P-031
Justina Gaidukevič1,2
justina.gaidukevic@chf.vu.lt
Gintarė Rimkutė1, Rasa Pauliukaitė2
1Faculty of Chemistry and Geosciences, Vilnius University, Lithuania
2Center for Physical Sciences and Technology (FTMC), Lithuania
Exfoliated Graphite-Polythiocyanogen Composites as Potential Materials for Serotonin Sensors
Serotonin (SER) is a neurotransmitter that plays a key role in regulating various complex behaviors, including mood, appetite, sleep, motor function, pain perception, sexual activity, and hormone release. Since maintaining an optimal SER level is essential, its accurate detection has become a critical aspect of clinical diagnostics. Electrochemical sensors have emerged as a promising tool for this purpose, offering benefits such as affordability, user-friendliness, fast response times, high sensitivity, and strong selectivity. However, the effectiveness of these sensors largely depends on the materials used in their construction. Carbon-based materials have demonstrated significant potential for neurotransmitter detection in electrochemical sensors. Among them, exfoliated graphite (EG) has attracted considerable interest due to its advantageous properties, including excellent electrical and thermal conductivity, high mechanical strength, and low density.
The aim of this study was to investigate exfoliated graphite-polythiocyanogen (EG(SCN)n) composites and use them in electrochemical sensors for SER detection. First, three graphite precursors with grain sizes of <50 µm, ≥149 – ≤840 μm, and 2000 µm were intercalated with sulfuric acid and heat-treated at a temperature of 800 °C. The acquired EG samples were modified with conducting polymer polythiocyanogen. The obtained EG(SCN)n samples were characterized structurally using scanning electron microscopy (SEM), X-ray photoelectron spectroscopy (XPS), Raman spectroscopy and were tested as active electrode materials for detecting SER.

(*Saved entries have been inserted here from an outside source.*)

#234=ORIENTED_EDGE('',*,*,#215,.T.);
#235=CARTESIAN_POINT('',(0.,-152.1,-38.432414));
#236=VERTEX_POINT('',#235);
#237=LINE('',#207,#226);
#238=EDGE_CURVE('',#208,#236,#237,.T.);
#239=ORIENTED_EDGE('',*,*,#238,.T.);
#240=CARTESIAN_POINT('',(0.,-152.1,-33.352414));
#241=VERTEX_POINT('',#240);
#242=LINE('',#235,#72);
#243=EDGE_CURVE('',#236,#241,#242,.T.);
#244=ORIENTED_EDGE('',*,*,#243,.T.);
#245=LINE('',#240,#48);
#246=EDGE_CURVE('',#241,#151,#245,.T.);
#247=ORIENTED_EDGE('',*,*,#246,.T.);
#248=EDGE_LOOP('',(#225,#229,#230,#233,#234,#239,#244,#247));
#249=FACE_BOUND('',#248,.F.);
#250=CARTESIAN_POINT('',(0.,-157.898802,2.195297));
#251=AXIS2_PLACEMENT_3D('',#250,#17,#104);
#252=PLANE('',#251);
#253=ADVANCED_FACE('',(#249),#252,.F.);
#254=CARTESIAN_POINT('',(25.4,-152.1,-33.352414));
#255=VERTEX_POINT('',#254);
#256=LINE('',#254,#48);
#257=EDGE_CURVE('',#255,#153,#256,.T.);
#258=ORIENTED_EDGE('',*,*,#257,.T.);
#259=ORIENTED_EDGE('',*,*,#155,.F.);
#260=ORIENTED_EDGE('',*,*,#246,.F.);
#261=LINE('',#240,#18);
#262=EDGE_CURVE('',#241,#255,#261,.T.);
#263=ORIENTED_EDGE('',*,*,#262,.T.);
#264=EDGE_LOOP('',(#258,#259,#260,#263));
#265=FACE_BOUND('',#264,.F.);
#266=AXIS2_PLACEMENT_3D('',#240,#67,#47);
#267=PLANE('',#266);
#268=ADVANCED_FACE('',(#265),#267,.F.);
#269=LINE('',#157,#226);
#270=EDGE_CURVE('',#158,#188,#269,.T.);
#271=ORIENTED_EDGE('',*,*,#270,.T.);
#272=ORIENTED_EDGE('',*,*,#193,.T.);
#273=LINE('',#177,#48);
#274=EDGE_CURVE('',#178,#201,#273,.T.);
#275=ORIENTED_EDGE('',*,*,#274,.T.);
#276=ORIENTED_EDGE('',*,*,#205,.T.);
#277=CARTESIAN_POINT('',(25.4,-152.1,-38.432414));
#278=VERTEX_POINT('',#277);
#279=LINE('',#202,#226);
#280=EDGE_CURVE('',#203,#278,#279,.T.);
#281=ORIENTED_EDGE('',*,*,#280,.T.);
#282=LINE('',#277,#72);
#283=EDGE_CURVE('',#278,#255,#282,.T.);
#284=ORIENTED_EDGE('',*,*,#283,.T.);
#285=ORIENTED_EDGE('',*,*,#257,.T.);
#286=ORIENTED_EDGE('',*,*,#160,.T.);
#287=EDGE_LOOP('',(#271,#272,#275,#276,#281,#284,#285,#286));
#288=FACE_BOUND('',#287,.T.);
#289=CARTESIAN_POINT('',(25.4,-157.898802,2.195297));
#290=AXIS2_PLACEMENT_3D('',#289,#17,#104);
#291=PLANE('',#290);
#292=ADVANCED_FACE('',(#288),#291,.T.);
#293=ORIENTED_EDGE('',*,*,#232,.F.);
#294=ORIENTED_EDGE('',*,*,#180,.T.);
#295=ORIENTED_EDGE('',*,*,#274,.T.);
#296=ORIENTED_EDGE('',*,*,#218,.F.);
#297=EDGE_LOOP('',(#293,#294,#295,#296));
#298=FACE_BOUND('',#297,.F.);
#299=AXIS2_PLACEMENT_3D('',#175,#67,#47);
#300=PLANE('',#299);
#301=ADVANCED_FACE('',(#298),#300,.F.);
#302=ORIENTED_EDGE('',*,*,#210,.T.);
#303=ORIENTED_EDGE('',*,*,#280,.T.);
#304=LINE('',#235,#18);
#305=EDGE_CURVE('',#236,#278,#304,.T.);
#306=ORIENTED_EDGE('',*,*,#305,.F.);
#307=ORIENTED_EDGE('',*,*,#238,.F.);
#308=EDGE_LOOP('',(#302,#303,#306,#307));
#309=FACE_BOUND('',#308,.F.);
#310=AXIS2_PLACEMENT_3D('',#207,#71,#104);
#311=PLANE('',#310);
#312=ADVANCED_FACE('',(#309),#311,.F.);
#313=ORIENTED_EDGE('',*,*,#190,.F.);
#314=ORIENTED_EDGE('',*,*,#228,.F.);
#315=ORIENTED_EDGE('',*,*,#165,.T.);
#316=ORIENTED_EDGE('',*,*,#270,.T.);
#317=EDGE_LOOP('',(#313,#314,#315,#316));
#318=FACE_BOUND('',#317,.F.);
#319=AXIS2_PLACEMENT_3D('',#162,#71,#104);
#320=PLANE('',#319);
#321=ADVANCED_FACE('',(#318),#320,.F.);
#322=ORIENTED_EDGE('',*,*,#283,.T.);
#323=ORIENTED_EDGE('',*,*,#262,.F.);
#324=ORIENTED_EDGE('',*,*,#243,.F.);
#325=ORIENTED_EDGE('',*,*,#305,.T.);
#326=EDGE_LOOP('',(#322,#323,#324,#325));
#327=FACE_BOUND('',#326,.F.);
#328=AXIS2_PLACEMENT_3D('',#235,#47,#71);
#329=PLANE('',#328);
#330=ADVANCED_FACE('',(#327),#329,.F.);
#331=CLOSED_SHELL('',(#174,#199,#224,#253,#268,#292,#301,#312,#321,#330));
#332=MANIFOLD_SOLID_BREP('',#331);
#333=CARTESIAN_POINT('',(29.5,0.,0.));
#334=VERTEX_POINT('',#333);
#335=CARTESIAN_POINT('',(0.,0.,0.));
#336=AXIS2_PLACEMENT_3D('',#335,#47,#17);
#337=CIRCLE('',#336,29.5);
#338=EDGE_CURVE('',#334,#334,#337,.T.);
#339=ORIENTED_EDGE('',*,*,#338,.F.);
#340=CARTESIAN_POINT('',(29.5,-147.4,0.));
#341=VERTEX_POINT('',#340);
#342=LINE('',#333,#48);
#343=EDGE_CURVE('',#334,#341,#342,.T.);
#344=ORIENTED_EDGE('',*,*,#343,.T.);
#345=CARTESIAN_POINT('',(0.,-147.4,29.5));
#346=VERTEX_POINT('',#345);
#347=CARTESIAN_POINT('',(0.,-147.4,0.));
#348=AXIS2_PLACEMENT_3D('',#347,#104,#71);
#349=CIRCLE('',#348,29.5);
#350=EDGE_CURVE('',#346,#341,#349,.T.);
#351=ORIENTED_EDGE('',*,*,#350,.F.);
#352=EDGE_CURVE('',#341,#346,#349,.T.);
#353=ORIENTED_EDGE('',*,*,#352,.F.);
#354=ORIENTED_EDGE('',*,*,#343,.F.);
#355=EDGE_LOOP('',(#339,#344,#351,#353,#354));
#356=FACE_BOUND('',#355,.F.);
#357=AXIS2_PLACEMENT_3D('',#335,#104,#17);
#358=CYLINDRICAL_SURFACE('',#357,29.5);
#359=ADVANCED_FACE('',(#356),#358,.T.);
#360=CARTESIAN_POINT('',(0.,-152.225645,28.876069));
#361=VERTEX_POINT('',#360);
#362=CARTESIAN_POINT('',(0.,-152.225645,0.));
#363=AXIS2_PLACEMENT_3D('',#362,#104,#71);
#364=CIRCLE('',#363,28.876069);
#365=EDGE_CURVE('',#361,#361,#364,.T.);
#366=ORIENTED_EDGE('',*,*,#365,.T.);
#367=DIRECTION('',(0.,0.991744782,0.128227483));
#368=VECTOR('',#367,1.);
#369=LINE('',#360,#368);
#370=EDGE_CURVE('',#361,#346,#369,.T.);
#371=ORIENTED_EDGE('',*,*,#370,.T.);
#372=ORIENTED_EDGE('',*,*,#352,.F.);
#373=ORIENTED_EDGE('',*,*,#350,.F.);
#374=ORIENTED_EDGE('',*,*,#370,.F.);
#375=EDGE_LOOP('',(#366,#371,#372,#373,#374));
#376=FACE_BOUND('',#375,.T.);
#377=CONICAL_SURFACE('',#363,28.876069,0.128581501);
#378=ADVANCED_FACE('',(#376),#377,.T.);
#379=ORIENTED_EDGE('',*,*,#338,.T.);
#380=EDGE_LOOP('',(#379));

SEM micrographs revealed that the layered arrangement observed before modification was replaced by irregularly shaped particles and chaotically arranged individual sheets. XPS confirmed the successful incorporation of nitrogen and sulfur into the graphitic structure. The presence of S–S and C–S bonds suggests that polymer chains could be attached to graphene sheets via sulfur atoms. Electrochemical studies demonstrated that the sensor fabricated with EG(SCN)n_2 sample, obtained from the largest graphite grains, exhibited exceptional sensitivity (1893 µA mM⁻¹ cm⁻²) and a relatively low detection limit of 59.5 nM for the SER analyte.